■ Exercise objective ■
The response must consist of the lines below from the one with "z_dir=(1, 0, 0))))" through the one with "# Fillet1 of Mirror3", exactly as they appear and with both ends kept.

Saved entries
■ ■ ■ ■

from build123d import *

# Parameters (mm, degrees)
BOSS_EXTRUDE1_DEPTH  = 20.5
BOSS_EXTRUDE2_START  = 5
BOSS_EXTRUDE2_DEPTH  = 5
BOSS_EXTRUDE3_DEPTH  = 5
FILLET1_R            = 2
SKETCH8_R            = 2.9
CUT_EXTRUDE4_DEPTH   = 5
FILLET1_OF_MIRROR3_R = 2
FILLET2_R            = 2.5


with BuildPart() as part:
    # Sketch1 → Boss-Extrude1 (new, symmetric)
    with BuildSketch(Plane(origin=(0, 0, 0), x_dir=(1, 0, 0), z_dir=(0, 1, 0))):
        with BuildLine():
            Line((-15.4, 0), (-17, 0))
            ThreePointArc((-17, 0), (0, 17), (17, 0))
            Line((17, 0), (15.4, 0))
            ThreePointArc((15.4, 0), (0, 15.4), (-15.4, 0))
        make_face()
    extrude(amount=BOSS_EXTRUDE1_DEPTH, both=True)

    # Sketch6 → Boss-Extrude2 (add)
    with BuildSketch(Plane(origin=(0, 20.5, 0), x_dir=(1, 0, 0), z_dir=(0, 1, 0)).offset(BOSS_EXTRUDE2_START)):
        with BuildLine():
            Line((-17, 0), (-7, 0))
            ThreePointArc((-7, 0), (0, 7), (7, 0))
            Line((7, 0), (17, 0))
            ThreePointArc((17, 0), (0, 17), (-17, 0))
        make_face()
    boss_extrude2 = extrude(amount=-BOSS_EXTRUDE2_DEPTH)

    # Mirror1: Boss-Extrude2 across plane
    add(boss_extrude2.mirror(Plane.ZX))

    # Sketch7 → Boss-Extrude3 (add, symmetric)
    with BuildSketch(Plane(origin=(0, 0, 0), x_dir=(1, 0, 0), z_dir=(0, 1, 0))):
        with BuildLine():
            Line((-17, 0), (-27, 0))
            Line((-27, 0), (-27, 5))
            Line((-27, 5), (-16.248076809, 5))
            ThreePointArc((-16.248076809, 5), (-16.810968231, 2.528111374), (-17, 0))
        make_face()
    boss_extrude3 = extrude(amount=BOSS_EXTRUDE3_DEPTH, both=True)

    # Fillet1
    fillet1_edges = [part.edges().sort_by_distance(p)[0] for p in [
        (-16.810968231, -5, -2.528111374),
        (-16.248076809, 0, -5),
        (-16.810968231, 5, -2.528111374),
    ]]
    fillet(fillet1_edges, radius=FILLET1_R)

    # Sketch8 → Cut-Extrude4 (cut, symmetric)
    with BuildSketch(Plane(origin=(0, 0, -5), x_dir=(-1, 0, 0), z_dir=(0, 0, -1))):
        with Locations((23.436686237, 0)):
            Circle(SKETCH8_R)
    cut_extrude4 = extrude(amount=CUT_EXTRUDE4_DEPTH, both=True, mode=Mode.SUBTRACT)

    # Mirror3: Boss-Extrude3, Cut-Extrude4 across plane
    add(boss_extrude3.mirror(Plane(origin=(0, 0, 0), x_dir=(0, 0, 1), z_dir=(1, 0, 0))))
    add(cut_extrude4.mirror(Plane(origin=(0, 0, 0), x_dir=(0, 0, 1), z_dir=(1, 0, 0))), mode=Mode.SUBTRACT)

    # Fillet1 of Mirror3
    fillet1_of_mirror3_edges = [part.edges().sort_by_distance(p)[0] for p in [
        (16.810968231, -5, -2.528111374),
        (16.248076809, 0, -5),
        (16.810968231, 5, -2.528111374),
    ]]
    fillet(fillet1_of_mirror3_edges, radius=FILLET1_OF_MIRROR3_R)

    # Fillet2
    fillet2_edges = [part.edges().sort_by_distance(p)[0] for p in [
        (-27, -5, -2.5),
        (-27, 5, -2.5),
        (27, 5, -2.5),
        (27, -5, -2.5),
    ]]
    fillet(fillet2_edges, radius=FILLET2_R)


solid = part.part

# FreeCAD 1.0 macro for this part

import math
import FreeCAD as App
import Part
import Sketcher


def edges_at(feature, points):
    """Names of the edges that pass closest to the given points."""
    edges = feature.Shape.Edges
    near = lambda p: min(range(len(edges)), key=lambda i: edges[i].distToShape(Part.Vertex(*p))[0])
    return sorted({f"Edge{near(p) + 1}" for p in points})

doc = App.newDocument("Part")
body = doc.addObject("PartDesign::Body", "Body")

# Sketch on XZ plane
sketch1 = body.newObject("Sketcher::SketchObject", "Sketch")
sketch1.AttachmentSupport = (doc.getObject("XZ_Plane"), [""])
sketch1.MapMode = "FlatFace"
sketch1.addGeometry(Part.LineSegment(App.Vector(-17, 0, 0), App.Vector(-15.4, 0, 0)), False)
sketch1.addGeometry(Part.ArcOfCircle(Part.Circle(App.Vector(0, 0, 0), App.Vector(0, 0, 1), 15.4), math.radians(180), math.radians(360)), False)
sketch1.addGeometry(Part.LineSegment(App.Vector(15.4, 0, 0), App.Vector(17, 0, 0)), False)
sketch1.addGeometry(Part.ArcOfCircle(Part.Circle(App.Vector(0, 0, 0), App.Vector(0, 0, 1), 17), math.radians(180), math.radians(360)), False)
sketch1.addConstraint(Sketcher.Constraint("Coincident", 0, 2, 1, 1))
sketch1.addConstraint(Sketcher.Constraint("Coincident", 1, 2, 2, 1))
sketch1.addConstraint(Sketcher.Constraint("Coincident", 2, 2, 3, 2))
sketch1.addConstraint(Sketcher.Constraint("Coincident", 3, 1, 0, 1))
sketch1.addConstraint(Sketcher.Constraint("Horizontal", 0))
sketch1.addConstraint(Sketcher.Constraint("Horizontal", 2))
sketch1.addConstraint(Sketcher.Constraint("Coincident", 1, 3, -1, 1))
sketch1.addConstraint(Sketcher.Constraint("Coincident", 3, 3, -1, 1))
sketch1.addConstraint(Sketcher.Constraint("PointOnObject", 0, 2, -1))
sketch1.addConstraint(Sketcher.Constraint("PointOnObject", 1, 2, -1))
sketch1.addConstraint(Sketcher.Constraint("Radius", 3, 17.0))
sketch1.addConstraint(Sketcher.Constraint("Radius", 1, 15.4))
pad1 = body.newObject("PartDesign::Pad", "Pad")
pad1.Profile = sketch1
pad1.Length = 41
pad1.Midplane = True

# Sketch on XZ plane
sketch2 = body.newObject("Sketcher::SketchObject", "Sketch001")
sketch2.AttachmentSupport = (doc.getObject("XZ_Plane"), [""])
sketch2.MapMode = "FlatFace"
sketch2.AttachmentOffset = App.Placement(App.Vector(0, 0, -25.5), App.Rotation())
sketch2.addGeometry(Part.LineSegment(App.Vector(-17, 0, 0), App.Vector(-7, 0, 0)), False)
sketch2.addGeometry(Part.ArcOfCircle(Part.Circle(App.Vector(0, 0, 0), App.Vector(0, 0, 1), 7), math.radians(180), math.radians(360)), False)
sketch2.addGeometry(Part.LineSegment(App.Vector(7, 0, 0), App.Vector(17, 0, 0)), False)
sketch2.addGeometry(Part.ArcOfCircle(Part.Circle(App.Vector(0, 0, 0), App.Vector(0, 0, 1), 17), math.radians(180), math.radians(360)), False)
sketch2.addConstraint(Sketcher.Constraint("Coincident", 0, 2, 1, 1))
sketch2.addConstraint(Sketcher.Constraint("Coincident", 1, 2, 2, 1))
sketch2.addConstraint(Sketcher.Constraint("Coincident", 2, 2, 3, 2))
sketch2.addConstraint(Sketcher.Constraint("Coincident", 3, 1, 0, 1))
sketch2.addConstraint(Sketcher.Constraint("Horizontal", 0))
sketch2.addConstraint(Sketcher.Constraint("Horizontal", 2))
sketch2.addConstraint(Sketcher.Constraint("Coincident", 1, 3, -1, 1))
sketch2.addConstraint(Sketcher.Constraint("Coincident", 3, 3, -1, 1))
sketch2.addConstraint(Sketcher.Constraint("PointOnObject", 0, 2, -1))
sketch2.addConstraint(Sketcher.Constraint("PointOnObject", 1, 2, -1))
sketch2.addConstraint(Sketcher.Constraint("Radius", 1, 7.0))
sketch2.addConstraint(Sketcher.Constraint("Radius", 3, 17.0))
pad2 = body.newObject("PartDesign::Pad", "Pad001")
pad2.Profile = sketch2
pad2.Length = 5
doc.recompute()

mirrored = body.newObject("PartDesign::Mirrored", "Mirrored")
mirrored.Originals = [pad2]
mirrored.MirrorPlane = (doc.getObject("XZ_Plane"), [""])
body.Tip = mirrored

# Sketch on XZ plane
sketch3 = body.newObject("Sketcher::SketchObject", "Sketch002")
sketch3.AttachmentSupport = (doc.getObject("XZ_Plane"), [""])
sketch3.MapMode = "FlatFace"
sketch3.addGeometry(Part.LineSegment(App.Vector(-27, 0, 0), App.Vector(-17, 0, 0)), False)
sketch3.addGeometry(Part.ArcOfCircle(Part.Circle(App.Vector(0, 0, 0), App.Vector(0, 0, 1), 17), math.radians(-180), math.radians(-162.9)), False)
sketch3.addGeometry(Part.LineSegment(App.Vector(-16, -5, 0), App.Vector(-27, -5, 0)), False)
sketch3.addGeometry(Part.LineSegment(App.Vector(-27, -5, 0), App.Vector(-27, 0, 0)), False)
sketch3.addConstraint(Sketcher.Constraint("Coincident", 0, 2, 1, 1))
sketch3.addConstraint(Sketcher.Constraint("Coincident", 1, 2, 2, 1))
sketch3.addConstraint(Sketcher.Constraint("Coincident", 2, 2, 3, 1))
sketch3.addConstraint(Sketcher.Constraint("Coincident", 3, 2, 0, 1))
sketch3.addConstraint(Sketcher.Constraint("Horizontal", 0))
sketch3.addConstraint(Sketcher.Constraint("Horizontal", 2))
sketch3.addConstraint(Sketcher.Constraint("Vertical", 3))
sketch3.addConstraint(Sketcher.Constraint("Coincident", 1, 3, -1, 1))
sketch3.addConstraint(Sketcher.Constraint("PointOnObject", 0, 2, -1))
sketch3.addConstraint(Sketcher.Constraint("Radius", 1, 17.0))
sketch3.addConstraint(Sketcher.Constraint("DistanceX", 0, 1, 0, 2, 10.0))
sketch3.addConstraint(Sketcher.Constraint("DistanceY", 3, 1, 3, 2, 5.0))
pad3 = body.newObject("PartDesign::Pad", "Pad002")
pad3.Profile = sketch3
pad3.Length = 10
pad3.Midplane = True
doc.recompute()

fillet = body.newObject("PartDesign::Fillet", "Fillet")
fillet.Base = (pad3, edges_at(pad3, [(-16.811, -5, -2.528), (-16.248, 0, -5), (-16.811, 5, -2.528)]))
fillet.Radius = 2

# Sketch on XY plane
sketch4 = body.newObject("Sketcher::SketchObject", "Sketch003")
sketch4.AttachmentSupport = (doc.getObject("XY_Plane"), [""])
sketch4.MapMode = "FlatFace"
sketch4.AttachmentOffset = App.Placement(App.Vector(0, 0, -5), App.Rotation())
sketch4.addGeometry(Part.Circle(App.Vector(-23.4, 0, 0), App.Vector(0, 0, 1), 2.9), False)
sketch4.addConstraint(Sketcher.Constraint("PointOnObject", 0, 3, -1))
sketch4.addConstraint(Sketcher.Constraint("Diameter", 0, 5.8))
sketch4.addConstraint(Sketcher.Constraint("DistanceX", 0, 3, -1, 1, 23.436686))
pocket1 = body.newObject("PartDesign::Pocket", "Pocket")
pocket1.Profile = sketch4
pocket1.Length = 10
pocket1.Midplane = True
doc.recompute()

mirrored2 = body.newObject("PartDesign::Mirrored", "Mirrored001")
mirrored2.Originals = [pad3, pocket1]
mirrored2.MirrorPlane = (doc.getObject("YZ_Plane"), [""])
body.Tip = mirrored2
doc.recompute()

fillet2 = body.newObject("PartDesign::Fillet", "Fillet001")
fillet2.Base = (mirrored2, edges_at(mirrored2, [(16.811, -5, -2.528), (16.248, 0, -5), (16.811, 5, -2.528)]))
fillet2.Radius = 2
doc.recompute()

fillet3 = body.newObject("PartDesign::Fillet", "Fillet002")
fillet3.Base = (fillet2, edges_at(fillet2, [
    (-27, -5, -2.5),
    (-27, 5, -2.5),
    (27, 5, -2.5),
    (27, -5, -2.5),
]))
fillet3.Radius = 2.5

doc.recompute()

■ ■ ■ ■

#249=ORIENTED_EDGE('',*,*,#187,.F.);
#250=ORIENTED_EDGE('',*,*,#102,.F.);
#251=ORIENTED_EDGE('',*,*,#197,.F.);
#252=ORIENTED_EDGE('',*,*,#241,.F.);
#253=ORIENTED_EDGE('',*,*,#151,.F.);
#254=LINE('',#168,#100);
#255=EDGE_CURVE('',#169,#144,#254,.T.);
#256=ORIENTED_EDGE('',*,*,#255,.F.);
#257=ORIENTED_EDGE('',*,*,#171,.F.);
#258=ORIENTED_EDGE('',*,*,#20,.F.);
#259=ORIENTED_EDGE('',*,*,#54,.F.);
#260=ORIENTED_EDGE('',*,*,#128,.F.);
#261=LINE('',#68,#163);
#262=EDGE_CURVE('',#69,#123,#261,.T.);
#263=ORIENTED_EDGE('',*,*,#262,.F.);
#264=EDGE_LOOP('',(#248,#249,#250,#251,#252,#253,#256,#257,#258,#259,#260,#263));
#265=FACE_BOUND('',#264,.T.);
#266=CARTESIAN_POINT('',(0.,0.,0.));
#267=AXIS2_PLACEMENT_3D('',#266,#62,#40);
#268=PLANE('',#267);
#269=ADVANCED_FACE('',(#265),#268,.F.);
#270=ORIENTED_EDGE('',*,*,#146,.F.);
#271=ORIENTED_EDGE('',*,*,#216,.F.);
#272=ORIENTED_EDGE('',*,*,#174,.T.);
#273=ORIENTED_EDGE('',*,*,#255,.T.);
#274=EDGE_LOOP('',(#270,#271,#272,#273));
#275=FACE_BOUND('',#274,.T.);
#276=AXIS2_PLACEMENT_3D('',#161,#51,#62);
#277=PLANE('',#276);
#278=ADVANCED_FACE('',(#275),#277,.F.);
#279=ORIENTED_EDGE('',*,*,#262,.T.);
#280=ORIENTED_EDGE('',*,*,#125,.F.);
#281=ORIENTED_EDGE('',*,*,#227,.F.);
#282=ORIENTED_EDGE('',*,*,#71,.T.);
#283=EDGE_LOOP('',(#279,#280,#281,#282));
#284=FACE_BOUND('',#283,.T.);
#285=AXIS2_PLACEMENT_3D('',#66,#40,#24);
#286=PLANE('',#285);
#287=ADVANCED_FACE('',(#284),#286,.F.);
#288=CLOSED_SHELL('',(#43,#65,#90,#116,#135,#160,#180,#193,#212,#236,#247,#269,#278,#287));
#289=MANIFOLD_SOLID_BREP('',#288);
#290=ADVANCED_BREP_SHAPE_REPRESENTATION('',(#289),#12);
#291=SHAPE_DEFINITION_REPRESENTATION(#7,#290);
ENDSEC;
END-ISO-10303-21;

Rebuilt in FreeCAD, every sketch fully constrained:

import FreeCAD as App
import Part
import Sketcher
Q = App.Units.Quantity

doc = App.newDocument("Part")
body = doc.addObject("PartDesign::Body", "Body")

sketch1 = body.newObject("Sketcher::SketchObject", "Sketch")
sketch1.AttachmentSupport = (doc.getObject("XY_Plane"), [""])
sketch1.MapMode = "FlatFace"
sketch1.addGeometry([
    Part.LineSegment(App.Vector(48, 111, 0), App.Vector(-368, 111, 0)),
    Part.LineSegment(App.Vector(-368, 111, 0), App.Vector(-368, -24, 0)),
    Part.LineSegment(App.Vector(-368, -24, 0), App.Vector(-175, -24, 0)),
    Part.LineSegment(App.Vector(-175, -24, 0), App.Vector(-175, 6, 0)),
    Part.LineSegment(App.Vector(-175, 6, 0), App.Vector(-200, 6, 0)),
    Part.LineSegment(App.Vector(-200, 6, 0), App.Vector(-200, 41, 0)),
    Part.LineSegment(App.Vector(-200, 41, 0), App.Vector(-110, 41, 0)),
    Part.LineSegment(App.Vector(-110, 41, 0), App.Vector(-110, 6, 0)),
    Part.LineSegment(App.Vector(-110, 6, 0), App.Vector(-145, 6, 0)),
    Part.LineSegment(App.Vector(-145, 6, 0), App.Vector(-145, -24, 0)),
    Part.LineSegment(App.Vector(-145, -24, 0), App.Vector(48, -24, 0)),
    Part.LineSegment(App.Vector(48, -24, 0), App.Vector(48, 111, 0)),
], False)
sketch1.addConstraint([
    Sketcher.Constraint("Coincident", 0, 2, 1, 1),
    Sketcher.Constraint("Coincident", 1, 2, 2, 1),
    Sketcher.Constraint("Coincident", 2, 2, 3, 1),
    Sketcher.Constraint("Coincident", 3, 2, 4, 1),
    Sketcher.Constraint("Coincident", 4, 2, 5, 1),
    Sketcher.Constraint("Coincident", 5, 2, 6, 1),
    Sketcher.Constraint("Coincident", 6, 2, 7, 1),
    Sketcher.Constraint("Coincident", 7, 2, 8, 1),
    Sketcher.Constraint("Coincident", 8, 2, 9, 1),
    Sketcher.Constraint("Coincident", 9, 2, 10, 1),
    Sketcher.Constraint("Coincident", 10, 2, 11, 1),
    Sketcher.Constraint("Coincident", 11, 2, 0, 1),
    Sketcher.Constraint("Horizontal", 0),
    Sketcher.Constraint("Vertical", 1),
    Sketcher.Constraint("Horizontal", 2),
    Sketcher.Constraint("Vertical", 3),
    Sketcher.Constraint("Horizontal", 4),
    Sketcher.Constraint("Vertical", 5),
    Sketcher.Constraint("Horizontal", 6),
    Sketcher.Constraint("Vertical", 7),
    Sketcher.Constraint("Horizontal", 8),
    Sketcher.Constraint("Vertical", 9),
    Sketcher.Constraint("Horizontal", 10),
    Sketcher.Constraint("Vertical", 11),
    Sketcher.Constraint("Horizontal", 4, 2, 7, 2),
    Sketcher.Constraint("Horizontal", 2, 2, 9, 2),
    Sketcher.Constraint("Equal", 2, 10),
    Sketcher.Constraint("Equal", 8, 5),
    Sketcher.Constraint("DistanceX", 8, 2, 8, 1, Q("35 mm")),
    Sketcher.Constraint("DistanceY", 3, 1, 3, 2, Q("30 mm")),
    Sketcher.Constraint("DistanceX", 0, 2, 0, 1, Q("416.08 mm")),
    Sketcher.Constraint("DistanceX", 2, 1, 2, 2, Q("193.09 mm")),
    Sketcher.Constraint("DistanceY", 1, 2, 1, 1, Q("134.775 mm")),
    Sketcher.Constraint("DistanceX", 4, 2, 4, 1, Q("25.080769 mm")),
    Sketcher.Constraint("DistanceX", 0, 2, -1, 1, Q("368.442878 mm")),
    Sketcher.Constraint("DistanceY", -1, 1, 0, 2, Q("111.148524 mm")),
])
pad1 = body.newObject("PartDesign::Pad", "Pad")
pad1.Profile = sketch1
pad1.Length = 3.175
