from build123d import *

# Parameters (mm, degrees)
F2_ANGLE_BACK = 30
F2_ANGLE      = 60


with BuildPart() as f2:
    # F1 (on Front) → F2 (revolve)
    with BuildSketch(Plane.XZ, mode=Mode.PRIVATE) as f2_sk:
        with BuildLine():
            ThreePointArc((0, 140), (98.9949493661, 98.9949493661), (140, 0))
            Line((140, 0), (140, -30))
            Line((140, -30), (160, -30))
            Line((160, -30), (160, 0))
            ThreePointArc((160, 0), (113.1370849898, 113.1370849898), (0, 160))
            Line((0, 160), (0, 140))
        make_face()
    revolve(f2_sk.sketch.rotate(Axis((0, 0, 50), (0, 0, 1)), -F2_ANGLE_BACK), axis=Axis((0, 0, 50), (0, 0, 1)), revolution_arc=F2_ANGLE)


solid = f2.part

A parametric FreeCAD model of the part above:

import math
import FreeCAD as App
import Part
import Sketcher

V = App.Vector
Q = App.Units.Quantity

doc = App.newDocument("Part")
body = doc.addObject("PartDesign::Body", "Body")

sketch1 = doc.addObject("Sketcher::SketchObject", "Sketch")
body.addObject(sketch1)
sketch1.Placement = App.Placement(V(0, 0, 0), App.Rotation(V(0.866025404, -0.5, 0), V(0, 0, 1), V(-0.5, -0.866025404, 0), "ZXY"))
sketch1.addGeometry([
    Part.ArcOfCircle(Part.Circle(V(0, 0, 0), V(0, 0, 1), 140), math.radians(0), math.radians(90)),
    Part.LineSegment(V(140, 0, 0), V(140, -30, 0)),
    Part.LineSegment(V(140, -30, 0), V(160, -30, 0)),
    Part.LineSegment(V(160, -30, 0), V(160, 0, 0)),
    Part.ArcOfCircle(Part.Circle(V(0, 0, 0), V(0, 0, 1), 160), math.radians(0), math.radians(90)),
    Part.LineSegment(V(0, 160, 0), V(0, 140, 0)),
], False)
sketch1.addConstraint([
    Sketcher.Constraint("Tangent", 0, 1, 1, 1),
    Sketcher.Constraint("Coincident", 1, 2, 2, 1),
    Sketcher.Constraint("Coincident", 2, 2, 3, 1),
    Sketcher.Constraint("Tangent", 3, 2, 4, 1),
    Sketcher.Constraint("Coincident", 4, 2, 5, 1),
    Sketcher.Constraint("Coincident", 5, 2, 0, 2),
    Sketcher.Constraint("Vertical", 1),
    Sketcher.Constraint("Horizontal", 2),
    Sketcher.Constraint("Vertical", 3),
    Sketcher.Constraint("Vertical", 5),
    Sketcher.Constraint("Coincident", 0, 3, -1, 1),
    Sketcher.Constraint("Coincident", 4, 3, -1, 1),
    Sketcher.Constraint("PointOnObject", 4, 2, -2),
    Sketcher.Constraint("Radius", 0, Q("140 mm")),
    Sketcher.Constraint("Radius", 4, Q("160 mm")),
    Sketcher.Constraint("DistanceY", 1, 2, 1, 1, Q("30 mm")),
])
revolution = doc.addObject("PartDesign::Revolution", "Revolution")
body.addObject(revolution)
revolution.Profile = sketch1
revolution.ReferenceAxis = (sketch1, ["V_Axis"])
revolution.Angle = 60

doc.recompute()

■ ■ ■ ■

■ Output for this task ■
    add(boss_extrude3.mirror(Plane(origin=(0, 0, 0), x_dir=(0, 0, 1), z_dir=(1, 0, 0))))
    add(cut_extrude4.mirror(Plane(origin=(0, 0, 0), x_dir=(0, 0, 1), z_dir=(1, 0, 0))), mode=Mode.SUBTRACT)

    # Fillet1 of Mirror3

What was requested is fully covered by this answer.